Moderation -- Garbage in, garbage out -- unless there is a human check.
Editorial functions don't scale efficiently and have coordination risks.
Great moderators do create great lists, but only if the value they
create is worth the cost of repetitive enforcement.
Reading -- Costs are twofold: time to read irrelevant messages and time
dealing with subscripton management that has high search costs.
As email trends of volume and spam continue unabaited, these costs are
compounded. Until recently there has not been an alternative. As
consumers and enterprises adopt weblogs and aggregators a critical mass
of users is already available in early adopter segments.

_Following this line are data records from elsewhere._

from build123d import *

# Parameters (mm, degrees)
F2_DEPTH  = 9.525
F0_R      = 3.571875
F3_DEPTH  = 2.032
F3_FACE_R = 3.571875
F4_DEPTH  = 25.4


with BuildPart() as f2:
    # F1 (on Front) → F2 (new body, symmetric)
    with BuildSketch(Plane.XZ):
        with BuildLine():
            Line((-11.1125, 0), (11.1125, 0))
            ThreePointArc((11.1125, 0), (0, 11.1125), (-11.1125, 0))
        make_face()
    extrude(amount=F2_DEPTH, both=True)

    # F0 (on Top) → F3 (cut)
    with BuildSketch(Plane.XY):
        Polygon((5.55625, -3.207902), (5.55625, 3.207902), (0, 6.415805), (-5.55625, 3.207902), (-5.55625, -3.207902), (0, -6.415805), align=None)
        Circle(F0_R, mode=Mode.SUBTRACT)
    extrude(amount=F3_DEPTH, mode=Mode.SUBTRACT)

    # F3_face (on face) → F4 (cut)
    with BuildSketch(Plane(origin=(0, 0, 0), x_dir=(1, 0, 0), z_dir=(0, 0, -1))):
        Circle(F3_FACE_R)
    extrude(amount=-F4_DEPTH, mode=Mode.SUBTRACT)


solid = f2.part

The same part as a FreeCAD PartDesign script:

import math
import FreeCAD as App
import Part
import Sketcher
from FreeCAD import Vector
Q = App.Units.Quantity


def add_polygon(sketch, points):
    """Adds a closed chain of lines whose ends are joined by coincident constraints."""
    first, n = sketch.GeometryCount, len(points)
    for a, b in zip(points, points[1:] + points[:1]):
        sketch.addGeometry(Part.LineSegment(App.Vector(*a, 0), App.Vector(*b, 0)), False)
    for i in range(n):
        sketch.addConstraint(Sketcher.Constraint("Coincident", first + i, 2, first + (i + 1) % n, 1))

doc = App.newDocument("Part")
body = doc.addObject("PartDesign::Body", "Body")

sketch1 = body.newObject("Sketcher::SketchObject", "Sketch")
sketch1.AttachmentSupport = (doc.getObject("XZ_Plane"), [""])
sketch1.MapMode = "FlatFace"
sketch1.addGeometry(Part.LineSegment(Vector(-11.1125, 0, 0), Vector(11.1125, 0, 0)), False)
sketch1.addGeometry(Part.ArcOfCircle(Part.Circle(Vector(0, 0, 0), Vector(0, 0, 1), 11.1125), math.radians(0), math.radians(180)), False)
sketch1.addConstraint(Sketcher.Constraint("Coincident", 0, 1, 1, 2))
sketch1.addConstraint(Sketcher.Constraint("Coincident", 1, 1, 0, 2))
sketch1.addConstraint(Sketcher.Constraint("Horizontal", 0))
sketch1.addConstraint(Sketcher.Constraint("Coincident", 1, 3, -1, 1))
sketch1.addConstraint(Sketcher.Constraint("PointOnObject", 0, 1, -1))
sketch1.addConstraint(Sketcher.Constraint("Radius", 1, Q("0.4375 in")))
pad1 = body.newObject("PartDesign::Pad", "Pad")
pad1.Profile = sketch1
pad1.Length = Q("0.75 in")
pad1.Midplane = True

sketch2 = body.newObject("Sketcher::SketchObject", "Sketch001")
sketch2.AttachmentSupport = (doc.getObject("XY_Plane"), [""])
sketch2.MapMode = "FlatFace"
add_polygon(sketch2, [(5.55625, -3.207902), (5.55625, 3.207902), (0, 6.415805), (-5.55625, 3.207902), (-5.55625, -3.207902), (0, -6.415805)])
sketch2.addGeometry(Part.Circle(Vector(0, 0, 0), Vector(0, 0, 1), 3.571875), False)
sketch2.addConstraint(Sketcher.Constraint("Vertical", 0))
sketch2.addConstraint(Sketcher.Constraint("Vertical", 3))
sketch2.addConstraint(Sketcher.Constraint("Coincident", 6, 3, -1, 1))
sketch2.addConstraint(Sketcher.Constraint("Symmetric", 0, 2, 3, 2, -1, 1))
sketch2.addConstraint(Sketcher.Constraint("Symmetric", 1, 2, 4, 2, -1, 1))
sketch2.addConstraint(Sketcher.Constraint("PointOnObject", 1, 2, -2))
sketch2.addConstraint(Sketcher.Constraint("Parallel", 2, 5))
sketch2.addConstraint(Sketcher.Constraint("Horizontal", 0, 2, 2, 2))
sketch2.addConstraint(Sketcher.Constraint("Diameter", 6, Q("0.28125 in")))
sketch2.addConstraint(Sketcher.Constraint("Angle", 1, Q("149.999996 deg")))
sketch2.addConstraint(Sketcher.Constraint("DistanceX", -1, 1, 0, 2, Q("0.21875 in")))
sketch2.addConstraint(Sketcher.Constraint("DistanceY", -1, 1, 0, 2, 3.207902))
pocket1 = body.newObject("PartDesign::Pocket", "Pocket")
pocket1.Profile = sketch2
pocket1.Length = Q("0.08 in")
pocket1.Reversed = True

sketch3 = body.newObject("Sketcher::SketchObject", "Sketch002")
sketch3.AttachmentSupport = (doc.getObject("XY_Plane"), [""])
sketch3.MapMode = "FlatFace"
sketch3.addGeometry(Part.Circle(Vector(0, 0, 0), Vector(0, 0, 1), 3.571875), False)
sketch3.addConstraint(Sketcher.Constraint("Coincident", 0, 3, -1, 1))
sketch3.addConstraint(Sketcher.Constraint("Diameter", 0, Q("0.28125 in")))
pocket2 = body.newObject("PartDesign::Pocket", "Pocket001")
pocket2.Profile = sketch3
pocket2.Length = Q("1 in")
pocket2.Reversed = True

doc.recompute()
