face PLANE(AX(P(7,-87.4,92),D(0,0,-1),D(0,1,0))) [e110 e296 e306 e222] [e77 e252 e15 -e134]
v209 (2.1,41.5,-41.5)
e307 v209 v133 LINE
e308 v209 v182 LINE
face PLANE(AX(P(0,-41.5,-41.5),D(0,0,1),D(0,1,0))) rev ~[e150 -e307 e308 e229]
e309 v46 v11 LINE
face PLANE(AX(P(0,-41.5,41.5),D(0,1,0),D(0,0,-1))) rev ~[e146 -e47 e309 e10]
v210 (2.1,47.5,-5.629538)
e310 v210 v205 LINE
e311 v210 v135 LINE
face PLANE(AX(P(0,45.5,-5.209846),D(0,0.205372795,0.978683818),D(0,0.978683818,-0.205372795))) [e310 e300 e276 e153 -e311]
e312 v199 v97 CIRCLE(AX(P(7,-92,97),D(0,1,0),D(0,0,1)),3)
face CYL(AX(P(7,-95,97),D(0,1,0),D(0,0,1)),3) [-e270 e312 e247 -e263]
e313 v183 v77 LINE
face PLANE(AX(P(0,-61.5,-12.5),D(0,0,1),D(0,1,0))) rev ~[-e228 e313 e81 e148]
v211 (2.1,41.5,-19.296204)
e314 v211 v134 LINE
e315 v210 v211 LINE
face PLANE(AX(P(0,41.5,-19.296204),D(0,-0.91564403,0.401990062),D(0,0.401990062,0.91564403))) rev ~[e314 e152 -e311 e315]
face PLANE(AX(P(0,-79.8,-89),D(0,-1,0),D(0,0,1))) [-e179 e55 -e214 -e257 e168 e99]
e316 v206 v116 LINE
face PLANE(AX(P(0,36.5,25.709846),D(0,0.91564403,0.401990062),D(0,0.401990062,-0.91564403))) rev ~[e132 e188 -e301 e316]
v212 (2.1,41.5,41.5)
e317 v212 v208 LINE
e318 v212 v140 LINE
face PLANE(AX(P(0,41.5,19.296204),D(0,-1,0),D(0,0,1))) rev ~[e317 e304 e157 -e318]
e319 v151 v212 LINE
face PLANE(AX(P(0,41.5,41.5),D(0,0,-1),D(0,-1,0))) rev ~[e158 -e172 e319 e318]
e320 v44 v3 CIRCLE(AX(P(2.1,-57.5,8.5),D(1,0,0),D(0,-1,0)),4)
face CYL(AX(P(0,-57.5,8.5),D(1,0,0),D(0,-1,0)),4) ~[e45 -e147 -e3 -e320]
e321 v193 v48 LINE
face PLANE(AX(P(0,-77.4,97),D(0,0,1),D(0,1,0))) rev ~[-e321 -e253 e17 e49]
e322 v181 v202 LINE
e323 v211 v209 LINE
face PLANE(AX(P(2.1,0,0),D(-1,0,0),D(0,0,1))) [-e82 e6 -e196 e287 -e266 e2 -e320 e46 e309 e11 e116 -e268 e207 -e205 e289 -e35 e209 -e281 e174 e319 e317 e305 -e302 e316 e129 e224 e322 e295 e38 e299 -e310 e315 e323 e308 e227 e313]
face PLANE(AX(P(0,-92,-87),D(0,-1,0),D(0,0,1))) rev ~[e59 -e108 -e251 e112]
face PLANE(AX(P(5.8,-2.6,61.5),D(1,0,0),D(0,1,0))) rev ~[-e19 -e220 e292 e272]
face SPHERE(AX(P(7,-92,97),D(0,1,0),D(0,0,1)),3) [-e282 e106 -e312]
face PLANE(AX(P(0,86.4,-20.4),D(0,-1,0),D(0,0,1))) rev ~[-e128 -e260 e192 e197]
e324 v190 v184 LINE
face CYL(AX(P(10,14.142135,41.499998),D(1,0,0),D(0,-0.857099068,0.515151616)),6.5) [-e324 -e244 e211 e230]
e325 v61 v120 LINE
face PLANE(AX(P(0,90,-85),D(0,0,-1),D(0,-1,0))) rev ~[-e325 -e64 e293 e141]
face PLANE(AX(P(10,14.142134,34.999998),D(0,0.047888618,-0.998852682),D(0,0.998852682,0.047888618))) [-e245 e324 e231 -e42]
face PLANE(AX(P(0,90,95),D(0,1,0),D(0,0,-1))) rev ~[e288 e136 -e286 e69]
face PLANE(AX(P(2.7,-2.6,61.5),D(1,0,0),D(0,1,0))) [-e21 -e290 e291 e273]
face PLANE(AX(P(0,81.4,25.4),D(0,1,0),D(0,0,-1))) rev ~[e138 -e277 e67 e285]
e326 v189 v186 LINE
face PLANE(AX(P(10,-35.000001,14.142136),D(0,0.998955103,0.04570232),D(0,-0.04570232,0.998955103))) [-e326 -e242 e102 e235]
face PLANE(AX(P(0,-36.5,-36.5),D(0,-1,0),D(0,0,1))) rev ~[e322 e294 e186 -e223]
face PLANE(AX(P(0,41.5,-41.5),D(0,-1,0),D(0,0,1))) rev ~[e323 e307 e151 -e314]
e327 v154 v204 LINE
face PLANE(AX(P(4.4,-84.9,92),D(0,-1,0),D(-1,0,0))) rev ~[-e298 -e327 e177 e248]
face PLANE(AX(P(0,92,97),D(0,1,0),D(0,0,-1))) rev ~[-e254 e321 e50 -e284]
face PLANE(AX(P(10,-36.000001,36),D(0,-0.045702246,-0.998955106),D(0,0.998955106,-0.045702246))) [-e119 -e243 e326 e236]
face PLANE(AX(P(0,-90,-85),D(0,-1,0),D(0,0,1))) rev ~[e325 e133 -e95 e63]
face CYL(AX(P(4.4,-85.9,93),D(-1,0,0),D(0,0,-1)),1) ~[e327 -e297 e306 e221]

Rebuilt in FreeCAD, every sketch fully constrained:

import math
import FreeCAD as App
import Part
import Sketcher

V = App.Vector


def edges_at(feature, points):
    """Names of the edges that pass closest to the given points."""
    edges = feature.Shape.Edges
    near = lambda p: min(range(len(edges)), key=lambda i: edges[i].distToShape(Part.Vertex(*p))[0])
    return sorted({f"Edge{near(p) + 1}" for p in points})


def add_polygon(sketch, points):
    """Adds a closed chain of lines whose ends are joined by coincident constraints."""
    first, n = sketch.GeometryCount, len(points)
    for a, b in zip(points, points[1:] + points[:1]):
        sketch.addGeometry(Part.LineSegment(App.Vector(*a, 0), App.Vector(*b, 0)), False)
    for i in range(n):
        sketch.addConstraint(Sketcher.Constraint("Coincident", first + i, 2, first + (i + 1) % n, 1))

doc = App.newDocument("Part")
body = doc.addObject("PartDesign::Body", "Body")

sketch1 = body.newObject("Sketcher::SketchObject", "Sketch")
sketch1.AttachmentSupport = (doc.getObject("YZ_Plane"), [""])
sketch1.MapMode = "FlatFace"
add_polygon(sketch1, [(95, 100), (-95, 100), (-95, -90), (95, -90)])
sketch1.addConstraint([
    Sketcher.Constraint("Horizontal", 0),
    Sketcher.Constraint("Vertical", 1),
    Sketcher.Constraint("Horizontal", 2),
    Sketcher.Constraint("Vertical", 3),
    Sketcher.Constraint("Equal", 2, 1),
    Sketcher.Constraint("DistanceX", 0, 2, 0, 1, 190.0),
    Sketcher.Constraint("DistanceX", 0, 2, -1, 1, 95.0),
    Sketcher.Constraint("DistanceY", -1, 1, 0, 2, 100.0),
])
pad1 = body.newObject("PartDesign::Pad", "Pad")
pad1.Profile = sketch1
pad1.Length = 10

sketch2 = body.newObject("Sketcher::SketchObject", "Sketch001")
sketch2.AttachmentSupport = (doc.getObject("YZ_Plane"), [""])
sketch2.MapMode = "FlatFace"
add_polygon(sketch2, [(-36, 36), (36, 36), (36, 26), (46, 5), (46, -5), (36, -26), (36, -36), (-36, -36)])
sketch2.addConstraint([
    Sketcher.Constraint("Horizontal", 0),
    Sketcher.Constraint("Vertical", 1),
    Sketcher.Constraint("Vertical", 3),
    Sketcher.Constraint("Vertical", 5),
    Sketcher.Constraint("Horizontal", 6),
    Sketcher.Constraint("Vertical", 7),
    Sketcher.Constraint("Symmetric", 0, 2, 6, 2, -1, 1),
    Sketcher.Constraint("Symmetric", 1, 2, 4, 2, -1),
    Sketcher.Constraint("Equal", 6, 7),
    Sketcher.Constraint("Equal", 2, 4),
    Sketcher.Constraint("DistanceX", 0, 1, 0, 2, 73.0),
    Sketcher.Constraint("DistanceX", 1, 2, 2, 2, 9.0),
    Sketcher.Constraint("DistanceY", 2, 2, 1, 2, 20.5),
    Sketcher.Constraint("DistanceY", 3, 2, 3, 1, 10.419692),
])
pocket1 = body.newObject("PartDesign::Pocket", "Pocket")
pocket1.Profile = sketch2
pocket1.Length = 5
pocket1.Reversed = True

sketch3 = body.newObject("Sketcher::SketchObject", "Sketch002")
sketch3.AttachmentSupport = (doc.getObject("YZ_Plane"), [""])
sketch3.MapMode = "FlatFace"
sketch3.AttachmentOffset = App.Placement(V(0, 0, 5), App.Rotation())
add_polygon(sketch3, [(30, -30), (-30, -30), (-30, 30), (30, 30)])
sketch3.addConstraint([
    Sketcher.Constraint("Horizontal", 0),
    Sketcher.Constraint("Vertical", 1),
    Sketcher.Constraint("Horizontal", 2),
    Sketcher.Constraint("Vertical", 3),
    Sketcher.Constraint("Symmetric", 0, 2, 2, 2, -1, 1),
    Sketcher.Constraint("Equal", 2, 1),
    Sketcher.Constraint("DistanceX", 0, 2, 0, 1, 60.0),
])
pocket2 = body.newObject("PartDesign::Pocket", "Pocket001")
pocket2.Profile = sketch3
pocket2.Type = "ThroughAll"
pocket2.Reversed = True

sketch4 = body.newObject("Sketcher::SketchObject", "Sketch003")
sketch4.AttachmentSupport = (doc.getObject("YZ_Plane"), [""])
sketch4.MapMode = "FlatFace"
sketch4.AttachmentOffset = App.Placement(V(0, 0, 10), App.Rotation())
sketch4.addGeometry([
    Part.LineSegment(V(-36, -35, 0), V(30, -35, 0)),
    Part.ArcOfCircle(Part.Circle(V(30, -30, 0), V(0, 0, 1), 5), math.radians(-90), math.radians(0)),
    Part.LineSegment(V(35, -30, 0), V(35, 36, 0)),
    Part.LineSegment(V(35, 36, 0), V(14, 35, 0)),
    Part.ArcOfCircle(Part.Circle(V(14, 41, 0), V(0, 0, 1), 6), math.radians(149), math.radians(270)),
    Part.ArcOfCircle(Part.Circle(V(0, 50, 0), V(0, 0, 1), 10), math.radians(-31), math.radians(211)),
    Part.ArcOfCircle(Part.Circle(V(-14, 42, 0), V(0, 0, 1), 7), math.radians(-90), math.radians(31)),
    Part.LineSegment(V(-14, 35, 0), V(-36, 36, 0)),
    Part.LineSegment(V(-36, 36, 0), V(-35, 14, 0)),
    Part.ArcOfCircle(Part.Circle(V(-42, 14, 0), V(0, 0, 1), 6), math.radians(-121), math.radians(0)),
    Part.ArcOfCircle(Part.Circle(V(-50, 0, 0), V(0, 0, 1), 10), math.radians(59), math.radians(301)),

By contrast to Lists, Feeds are not opt-in or opt-out -- they are
optional. In a decentralized structure, multiple Feeds in aggregate
constitute an equivalent function to a List. Authors are Readers and as
an Author has a choice to offer a Feed, as a Reader what to consume. We
subscribe to people we trust not to waste our time. New Authors are
revealed through social filtering (subscribed Authors referencing them).
As Readers, they have the lowest transaction costs available for
administering their consumption.
Decentralizing authorship, readership, administration and moderation
pushes costs to the edge. This is made possible from a base of
standards. Web nativity, an optional structure and social filtering
process keeps spam out of trusted personal networks.